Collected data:
───

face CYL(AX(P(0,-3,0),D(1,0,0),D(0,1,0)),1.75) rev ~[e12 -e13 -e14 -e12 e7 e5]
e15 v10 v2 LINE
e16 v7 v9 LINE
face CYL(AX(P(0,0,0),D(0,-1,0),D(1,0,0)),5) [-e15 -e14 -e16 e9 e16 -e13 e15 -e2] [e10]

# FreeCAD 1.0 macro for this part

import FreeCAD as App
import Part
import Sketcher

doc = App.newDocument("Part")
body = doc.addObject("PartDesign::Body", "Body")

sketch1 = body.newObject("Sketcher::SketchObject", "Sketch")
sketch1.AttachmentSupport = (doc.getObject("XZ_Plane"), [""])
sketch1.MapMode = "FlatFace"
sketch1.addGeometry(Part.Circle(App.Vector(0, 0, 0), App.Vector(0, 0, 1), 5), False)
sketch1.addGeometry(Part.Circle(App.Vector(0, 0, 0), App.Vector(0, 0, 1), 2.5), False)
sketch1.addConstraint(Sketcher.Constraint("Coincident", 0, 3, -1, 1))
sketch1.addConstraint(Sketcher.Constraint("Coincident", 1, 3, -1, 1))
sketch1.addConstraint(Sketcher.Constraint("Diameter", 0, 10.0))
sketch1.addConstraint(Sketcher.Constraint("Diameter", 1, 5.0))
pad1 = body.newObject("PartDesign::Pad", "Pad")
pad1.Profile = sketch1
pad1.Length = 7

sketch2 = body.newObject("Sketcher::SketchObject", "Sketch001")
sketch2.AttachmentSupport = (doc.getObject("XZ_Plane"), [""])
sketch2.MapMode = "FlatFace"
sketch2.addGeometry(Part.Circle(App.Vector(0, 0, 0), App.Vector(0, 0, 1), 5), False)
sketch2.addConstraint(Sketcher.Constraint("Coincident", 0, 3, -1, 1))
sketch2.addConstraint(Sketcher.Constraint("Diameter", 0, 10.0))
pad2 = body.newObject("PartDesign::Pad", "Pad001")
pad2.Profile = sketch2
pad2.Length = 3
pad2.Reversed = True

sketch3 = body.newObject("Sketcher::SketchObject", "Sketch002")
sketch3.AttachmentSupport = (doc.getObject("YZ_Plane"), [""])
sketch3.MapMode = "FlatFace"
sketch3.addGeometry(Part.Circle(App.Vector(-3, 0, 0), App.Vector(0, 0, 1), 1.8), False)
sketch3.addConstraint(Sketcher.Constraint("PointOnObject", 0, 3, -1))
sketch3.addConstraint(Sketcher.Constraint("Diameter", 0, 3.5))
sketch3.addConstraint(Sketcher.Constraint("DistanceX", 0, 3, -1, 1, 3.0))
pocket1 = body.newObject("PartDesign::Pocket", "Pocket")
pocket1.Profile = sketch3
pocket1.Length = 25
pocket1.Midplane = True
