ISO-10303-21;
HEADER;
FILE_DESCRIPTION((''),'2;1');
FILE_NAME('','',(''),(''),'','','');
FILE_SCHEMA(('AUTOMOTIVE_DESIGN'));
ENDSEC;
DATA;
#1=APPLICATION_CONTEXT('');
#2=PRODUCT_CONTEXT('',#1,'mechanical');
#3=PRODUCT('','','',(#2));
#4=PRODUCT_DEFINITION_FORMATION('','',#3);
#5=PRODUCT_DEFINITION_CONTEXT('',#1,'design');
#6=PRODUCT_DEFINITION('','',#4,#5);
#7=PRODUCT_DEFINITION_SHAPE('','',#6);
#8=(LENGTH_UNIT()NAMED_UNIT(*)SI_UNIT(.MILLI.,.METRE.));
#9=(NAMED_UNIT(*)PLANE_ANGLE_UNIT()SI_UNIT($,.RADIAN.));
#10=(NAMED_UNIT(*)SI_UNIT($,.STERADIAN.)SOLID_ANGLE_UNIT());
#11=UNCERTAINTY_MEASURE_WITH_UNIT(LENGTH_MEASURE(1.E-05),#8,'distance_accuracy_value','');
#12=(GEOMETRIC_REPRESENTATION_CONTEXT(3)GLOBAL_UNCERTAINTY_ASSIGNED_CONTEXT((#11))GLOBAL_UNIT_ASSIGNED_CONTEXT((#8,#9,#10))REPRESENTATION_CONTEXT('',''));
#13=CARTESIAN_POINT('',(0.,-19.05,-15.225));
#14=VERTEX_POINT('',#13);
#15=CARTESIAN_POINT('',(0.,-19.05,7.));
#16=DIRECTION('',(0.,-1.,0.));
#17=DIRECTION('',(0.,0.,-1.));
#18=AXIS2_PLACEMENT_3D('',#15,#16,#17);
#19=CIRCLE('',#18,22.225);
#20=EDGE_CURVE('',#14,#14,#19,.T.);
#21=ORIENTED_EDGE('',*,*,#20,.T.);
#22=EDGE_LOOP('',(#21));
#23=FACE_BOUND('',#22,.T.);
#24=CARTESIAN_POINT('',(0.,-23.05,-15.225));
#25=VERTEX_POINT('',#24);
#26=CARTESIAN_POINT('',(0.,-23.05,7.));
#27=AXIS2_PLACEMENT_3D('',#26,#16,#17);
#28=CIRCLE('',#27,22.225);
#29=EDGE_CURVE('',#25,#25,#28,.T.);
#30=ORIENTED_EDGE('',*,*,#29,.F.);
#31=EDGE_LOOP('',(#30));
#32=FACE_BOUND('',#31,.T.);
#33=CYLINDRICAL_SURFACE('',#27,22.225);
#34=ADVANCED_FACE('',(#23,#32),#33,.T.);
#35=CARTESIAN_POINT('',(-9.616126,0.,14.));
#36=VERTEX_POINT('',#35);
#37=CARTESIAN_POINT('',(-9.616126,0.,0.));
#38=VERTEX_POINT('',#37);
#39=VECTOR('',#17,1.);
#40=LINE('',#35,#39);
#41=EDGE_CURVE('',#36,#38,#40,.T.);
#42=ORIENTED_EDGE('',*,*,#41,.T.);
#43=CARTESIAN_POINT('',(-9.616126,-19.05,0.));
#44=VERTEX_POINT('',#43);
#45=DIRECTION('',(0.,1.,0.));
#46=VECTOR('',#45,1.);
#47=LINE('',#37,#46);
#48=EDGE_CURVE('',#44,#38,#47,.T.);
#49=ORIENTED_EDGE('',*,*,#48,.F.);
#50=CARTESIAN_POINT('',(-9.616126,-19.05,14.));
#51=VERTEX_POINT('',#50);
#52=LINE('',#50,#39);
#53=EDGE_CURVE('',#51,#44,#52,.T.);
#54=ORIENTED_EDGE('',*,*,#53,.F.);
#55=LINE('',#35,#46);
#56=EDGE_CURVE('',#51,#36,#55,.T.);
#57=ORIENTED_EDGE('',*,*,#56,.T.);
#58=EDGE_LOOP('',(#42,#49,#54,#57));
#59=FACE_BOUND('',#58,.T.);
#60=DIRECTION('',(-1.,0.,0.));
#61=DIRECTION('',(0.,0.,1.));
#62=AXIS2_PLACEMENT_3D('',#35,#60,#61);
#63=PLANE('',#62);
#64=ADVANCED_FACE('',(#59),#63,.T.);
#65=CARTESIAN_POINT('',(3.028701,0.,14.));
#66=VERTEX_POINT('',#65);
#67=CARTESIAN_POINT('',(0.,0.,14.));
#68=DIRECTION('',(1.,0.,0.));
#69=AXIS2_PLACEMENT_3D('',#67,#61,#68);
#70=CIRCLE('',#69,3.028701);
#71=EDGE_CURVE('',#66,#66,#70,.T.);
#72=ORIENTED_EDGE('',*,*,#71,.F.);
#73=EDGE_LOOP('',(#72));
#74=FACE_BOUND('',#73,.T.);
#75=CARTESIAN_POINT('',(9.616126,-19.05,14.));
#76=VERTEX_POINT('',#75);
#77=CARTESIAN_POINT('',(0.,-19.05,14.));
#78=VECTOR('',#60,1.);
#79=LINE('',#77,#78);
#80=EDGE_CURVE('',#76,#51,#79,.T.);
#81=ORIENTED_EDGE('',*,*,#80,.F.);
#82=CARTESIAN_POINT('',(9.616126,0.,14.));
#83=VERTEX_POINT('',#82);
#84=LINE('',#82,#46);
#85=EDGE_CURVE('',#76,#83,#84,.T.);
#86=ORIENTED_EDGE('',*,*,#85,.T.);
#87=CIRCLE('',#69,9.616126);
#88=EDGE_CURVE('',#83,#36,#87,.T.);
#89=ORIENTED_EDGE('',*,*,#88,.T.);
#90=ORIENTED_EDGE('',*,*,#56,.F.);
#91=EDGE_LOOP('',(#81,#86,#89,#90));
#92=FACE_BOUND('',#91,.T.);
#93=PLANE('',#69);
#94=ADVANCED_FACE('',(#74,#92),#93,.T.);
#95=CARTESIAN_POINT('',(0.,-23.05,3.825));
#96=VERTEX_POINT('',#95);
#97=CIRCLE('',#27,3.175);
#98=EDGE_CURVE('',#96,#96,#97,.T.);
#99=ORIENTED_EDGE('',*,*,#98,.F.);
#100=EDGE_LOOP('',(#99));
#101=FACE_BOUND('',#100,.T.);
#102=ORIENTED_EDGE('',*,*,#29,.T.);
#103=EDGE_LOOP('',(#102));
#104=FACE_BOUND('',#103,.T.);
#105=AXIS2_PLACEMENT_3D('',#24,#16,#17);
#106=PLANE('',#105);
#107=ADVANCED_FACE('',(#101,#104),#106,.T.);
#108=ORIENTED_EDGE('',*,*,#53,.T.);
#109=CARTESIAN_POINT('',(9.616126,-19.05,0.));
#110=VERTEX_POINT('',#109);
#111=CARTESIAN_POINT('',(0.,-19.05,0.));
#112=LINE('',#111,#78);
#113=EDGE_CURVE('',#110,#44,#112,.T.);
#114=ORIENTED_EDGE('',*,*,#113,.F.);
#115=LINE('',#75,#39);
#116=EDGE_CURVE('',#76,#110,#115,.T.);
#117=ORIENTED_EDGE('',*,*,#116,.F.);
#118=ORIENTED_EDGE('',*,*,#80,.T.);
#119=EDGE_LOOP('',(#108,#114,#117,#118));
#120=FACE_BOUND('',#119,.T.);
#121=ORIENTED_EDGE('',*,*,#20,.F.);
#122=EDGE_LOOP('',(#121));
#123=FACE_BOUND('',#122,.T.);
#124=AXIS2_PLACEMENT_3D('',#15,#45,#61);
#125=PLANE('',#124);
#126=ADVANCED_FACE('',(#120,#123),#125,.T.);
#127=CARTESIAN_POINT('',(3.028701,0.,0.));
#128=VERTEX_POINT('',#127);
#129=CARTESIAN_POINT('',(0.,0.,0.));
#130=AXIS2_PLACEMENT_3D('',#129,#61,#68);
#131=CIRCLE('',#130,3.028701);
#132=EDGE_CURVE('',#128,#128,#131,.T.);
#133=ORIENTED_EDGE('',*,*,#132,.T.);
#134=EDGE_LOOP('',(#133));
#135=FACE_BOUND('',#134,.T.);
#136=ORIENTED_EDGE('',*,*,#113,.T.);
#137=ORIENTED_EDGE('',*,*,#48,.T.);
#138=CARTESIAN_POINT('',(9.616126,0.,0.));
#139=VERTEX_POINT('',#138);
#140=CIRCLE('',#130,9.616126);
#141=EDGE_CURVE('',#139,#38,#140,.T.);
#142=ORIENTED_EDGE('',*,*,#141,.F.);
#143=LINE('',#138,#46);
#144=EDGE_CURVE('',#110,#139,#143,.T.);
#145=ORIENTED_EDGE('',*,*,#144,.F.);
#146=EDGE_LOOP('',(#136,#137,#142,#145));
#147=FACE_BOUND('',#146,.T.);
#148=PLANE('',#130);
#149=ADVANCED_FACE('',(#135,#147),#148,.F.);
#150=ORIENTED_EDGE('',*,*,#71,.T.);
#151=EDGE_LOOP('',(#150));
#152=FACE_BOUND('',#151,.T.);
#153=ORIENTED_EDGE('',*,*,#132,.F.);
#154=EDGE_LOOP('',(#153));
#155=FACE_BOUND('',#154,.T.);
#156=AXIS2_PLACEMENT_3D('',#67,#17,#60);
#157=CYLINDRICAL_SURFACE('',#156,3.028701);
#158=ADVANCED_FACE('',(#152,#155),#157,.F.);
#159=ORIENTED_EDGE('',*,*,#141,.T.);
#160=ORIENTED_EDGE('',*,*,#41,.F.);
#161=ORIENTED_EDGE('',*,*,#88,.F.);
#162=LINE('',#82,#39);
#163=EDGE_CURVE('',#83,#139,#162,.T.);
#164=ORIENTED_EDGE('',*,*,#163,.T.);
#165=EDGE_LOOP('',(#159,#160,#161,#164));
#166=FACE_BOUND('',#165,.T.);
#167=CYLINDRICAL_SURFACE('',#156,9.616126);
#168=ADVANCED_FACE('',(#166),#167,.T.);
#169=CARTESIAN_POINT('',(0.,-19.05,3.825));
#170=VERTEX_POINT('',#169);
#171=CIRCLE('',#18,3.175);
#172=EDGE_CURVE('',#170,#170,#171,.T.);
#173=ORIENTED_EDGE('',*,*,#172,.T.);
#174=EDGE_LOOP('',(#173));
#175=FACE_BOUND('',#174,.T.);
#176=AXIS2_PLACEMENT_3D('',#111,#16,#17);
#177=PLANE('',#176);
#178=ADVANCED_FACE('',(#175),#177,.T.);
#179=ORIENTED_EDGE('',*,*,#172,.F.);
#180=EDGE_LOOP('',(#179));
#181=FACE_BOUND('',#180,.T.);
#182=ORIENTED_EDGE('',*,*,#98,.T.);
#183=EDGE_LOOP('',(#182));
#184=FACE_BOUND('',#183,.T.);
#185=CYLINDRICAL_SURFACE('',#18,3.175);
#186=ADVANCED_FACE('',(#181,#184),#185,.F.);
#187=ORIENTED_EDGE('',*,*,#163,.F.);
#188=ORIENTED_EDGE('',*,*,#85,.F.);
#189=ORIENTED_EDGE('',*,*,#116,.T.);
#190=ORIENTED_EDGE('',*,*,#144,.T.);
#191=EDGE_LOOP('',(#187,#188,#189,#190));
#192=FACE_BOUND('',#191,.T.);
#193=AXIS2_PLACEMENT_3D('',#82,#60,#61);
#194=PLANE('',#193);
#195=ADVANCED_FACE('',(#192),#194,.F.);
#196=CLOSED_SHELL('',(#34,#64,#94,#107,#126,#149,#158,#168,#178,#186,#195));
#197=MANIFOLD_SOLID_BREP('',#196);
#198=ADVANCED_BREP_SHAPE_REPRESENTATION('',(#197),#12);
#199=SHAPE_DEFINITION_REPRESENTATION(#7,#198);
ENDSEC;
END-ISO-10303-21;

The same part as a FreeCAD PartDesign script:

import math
import FreeCAD as App
import Part
import Sketcher
Q = App.Units.Quantity

doc = App.newDocument("Part")
params = doc.addObject("Spreadsheet::Sheet", "Params")
for row, (alias, value) in enumerate([
    ("sketch1_height", "0.75 in"),
    ("pad1_length", "14 mm"),
    ("sketch2_height", "0.875 in"),
    ("revolution_angle", "360 deg"),
    ("sketch3_diameter", "0.25 in"),
    ("pocket1_length", "4 mm"),
], start=1):
    params.set(f"A{row}", alias)
    params.set(f"B{row}", "=" + value)
    params.setAlias(f"B{row}", alias)

body = doc.addObject("PartDesign::Body", "Body")

# Sketch on XY plane
sketch1 = body.newObject("Sketcher::SketchObject", "Sketch")
sketch1.AttachmentSupport = (doc.getObject("XY_Plane"), [""])
sketch1.MapMode = "FlatFace"
sketch1.addGeometry([
    Part.LineSegment(App.Vector(-9.6, -19.1, 0), App.Vector(9.6, -19.1, 0)),  # 0
    Part.LineSegment(App.Vector(9.6, -19.1, 0), App.Vector(9.6, 0, 0)),  # 1
    Part.ArcOfCircle(Part.Circle(App.Vector(0, 0, 0), App.Vector(0, 0, 1), 9.6), math.radians(0), math.radians(180)),  # 2
    Part.LineSegment(App.Vector(-9.6, 0, 0), App.Vector(-9.6, -19.1, 0)),  # 3
    Part.Circle(App.Vector(0, 0, 0), App.Vector(0, 0, 1), 3),  # 4
], False)
sketch1.addConstraint([
    Sketcher.Constraint("Coincident", 0, 2, 1, 1),
    Sketcher.Constraint("Tangent", 1, 2, 2, 1),
    Sketcher.Constraint("Tangent", 2, 2, 3, 1),
    Sketcher.Constraint("Coincident", 3, 2, 0, 1),
    Sketcher.Constraint("Horizontal", 0),
    Sketcher.Constraint("Vertical", 1),
    Sketcher.Constraint("Vertical", 3),
    Sketcher.Constraint("Coincident", 2, 3, -1, 1),
    Sketcher.Constraint("Coincident", 4, 3, -1, 1),
    Sketcher.Constraint("DistanceY", 1, 1, 1, 2, Q("0.75 in")),
    Sketcher.Constraint("Diameter", 4, Q("6.057402 mm")),
    Sketcher.Constraint("Radius", 2, Q("9.616126 mm")),
])
sketch1.setExpression("Constraints[9]", "Params.sketch1_height")
pad1 = body.newObject("PartDesign::Pad", "Pad")
pad1.Profile = sketch1
pad1.setExpression("Length", "Params.pad1_length")

# Sketch on YZ plane
sketch2 = body.newObject("Sketcher::SketchObject", "Sketch001")
sketch2.AttachmentSupport = (doc.getObject("YZ_Plane"), [""])
sketch2.MapMode = "FlatFace"
sketch2.addGeometry([
    Part.LineSegment(App.Vector(-19.1, 7, 0), App.Vector(-23.1, 7, 0)),
    Part.LineSegment(App.Vector(-23.1, 7, 0), App.Vector(-23.1, -15.2, 0)),
    Part.LineSegment(App.Vector(-23.1, -15.2, 0), App.Vector(-19.1, -15.2, 0)),
    Part.LineSegment(App.Vector(-19.1, -15.2, 0), App.Vector(-19.1, 7, 0)),
], False)
sketch2.addGeometry(Part.LineSegment(App.Vector(-23.1, 7, 0), App.Vector(-19.1, 7, 0)), True)  # axis
sketch2.addConstraint([
    Sketcher.Constraint("Coincident", 0, 2, 1, 1),
    Sketcher.Constraint("Coincident", 1, 2, 2, 1),
    Sketcher.Constraint("Coincident", 2, 2, 3, 1),
    Sketcher.Constraint("Coincident", 3, 2, 0, 1),
    Sketcher.Constraint("Horizontal", 0),
    Sketcher.Constraint("Vertical", 1),
    Sketcher.Constraint("Horizontal", 2),
    Sketcher.Constraint("Vertical", 3),
    Sketcher.Constraint("Horizontal", 4),
    Sketcher.Constraint("Coincident", 4, 1, 0, 2),
    Sketcher.Constraint("Vertical", 2, 2, 4, 2),
    Sketcher.Constraint("DistanceY", 1, 2, 1, 1, Q("0.875 in")),
    Sketcher.Constraint("DistanceX", 2, 2, -1, 1, Q("0.75 in")),
    Sketcher.Constraint("DistanceX", 0, 2, 0, 1, Q("4 mm")),
    Sketcher.Constraint("DistanceY", -1, 1, 0, 2, Q("7 mm")),
])
sketch2.setExpression("Constraints[11]", "Params.sketch2_height")
revolution = body.newObject("PartDesign::Revolution", "Revolution")
revolution.Profile = sketch2
revolution.ReferenceAxis = (sketch2, ["Axis0"])
revolution.setExpression("Angle", "Params.revolution_angle")

# Sketch on XZ plane
sketch3 = body.newObject("Sketcher::SketchObject", "Sketch002")
sketch3.AttachmentSupport = (doc.getObject("XZ_Plane"), [""])
sketch3.MapMode = "FlatFace"
sketch3.AttachmentOffset = App.Placement(App.Vector(0, 0, 23.05), App.Rotation())
sketch3.addGeometry(Part.Circle(App.Vector(0, 7, 0), App.Vector(0, 0, 1), 3.2), False)
sketch3.addConstraint([
    Sketcher.Constraint("PointOnObject", 0, 3, -2),
    Sketcher.Constraint("Diameter", 0, Q("0.25 in")),
    Sketcher.Constraint("DistanceY", -1, 1, 0, 3, Q("7 mm")),
])
sketch3.setExpression("Constraints[1]", "Params.sketch3_diameter")
pocket1 = body.newObject("PartDesign::Pocket", "Pocket")
pocket1.Profile = sketch3
pocket1.setExpression("Length", "Params.pocket1_length")

doc.recompute()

───

• **What the task requires**
Out of the data above, set down the lines from the one with "#195=ADVANCED_FACE('',(#192),#194,.F.);" to the one with "END-ISO-10303-21;", both included, exactly as written and with no additions.

• **Task output**
#195=ADVANCED_FACE('',(#192),#194,.F.);
#196=CLOSED_SHELL('',(#34,#64,#94,#107,#126,#149,#158,#168,#178,#186,#195));
#197=MANIFOLD_SOLID_BREP('',#196);
#198=ADVANCED_BREP_SHAPE_REPRESENTATION('',(#197),#12);
#199=SHAPE_DEFINITION_REPRESENTATION(#7,#198);
ENDSEC;
END-ISO-10303-21;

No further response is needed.